Set down again exactly the lines of the listing below that fall between the line holding "#23=DIRECTION('',(0.957811972,0.,-0.287395593));" and the line holding "#42=ORIENTED_EDGE('',*,*,#41,.T.);", inclusive.

Task input section start

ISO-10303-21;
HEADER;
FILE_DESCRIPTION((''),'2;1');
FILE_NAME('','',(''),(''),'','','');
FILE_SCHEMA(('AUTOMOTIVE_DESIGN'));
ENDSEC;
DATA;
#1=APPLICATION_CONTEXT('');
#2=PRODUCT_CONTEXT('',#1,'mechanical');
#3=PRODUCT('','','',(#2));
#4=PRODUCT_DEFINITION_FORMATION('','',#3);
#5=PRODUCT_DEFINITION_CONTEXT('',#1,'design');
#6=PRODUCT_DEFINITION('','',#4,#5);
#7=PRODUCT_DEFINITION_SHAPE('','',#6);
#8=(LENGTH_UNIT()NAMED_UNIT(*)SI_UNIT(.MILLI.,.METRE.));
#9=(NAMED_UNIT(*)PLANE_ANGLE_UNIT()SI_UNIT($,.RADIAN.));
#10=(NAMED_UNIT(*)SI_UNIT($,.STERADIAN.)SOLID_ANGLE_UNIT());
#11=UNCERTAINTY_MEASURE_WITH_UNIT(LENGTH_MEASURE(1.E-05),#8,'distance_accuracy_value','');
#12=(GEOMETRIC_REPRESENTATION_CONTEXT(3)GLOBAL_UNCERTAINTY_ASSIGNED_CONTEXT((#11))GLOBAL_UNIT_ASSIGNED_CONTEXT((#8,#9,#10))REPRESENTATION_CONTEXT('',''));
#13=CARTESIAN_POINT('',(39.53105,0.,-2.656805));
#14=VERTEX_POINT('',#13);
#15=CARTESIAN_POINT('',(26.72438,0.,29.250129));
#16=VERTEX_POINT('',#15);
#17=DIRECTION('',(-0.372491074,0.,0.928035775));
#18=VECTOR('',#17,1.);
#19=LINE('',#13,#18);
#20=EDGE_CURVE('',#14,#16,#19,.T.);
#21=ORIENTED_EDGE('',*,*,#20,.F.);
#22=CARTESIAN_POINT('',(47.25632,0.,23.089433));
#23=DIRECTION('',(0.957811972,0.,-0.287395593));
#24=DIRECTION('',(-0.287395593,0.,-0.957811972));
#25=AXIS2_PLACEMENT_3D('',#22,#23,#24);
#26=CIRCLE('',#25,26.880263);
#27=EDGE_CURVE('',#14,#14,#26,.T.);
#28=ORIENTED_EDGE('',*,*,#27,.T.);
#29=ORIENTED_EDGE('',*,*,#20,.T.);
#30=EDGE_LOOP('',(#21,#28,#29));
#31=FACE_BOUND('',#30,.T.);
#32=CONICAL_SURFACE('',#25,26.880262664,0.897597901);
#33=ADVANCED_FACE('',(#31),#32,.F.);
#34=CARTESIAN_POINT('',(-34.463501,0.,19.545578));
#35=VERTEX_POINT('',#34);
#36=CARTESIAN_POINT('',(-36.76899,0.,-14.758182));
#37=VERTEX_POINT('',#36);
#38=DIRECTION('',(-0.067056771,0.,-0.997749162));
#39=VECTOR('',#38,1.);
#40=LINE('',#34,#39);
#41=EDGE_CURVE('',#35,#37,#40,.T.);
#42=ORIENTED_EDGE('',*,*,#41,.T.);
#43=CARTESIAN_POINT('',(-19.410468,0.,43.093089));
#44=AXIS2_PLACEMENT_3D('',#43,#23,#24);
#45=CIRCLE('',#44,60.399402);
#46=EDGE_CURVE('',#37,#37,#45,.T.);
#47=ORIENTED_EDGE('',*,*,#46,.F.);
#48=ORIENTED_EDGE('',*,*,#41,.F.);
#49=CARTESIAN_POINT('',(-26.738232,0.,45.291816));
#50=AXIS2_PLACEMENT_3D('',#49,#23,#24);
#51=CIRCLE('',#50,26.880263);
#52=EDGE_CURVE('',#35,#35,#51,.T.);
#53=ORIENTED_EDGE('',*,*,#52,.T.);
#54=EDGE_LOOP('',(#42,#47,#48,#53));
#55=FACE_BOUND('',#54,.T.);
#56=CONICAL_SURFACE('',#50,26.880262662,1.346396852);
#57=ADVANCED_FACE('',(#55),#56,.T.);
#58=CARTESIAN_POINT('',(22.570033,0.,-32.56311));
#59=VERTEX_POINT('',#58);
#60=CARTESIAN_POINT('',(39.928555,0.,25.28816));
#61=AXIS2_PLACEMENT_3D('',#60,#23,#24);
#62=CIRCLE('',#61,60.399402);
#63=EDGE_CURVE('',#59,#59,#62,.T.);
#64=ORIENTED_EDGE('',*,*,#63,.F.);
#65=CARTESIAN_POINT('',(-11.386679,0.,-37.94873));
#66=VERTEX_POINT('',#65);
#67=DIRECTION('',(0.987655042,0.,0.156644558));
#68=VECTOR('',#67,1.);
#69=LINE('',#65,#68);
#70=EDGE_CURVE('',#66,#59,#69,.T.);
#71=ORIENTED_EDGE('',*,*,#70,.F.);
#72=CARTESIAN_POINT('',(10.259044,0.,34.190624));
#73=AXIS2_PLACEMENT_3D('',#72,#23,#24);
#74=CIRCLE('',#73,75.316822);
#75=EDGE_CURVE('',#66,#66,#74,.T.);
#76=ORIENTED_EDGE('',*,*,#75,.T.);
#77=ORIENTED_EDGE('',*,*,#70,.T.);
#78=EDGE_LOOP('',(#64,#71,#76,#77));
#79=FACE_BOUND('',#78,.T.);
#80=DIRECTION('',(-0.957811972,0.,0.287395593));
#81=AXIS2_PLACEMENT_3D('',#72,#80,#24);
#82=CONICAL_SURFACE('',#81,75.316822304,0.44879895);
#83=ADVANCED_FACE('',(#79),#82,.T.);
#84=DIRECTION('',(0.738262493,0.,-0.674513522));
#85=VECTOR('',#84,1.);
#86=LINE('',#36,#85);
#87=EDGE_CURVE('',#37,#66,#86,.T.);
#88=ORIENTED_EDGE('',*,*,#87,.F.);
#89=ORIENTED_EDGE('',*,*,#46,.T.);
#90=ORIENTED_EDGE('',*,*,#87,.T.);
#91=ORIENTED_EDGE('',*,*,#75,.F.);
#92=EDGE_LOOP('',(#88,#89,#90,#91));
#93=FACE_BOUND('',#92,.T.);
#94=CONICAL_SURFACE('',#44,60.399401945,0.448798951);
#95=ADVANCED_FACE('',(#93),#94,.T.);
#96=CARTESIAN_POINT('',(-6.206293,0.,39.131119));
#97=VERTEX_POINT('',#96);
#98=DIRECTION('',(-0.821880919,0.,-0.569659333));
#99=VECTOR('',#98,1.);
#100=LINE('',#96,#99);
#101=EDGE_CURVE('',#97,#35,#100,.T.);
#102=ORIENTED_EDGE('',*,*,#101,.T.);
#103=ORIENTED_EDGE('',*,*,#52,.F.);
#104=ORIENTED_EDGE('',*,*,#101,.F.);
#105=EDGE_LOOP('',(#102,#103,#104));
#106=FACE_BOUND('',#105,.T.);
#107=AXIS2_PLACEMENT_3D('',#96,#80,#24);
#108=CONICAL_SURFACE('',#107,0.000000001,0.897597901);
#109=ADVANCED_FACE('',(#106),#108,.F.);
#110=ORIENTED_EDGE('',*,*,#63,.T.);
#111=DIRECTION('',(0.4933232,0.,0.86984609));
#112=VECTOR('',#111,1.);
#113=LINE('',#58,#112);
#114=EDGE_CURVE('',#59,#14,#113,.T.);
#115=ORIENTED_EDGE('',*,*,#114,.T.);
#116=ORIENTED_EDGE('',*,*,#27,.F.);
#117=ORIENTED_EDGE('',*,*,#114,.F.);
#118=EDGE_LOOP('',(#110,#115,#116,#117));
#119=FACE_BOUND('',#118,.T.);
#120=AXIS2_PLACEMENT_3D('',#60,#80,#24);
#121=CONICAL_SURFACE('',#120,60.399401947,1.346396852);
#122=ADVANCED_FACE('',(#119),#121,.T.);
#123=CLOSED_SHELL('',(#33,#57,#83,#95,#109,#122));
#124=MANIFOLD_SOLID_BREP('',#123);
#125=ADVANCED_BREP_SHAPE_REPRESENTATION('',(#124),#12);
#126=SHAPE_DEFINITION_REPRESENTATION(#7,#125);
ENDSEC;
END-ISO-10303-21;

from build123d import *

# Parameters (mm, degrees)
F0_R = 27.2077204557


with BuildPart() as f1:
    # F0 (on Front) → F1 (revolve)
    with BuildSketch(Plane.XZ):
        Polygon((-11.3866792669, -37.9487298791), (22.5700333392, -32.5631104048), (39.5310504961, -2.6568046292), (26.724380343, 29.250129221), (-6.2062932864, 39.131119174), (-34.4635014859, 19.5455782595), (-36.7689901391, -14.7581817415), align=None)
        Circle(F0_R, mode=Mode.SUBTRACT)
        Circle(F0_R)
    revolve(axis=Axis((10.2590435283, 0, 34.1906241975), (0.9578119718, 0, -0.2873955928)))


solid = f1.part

Task input section end

* **Expected answer**
#23=DIRECTION('',(0.957811972,0.,-0.287395593));
#24=DIRECTION('',(-0.287395593,0.,-0.957811972));
#25=AXIS2_PLACEMENT_3D('',#22,#23,#24);
#26=CIRCLE('',#25,26.880263);
#27=EDGE_CURVE('',#14,#14,#26,.T.);
#28=ORIENTED_EDGE('',*,*,#27,.T.);
#29=ORIENTED_EDGE('',*,*,#20,.T.);
#30=EDGE_LOOP('',(#21,#28,#29));
#31=FACE_BOUND('',#30,.T.);
#32=CONICAL_SURFACE('',#25,26.880262664,0.897597901);
#33=ADVANCED_FACE('',(#31),#32,.F.);
#34=CARTESIAN_POINT('',(-34.463501,0.,19.545578));
#35=VERTEX_POINT('',#34);
#36=CARTESIAN_POINT('',(-36.76899,0.,-14.758182));
#37=VERTEX_POINT('',#36);
#38=DIRECTION('',(-0.067056771,0.,-0.997749162));
#39=VECTOR('',#38,1.);
#40=LINE('',#34,#39);
#41=EDGE_CURVE('',#35,#37,#40,.T.);
#42=ORIENTED_EDGE('',*,*,#41,.T.);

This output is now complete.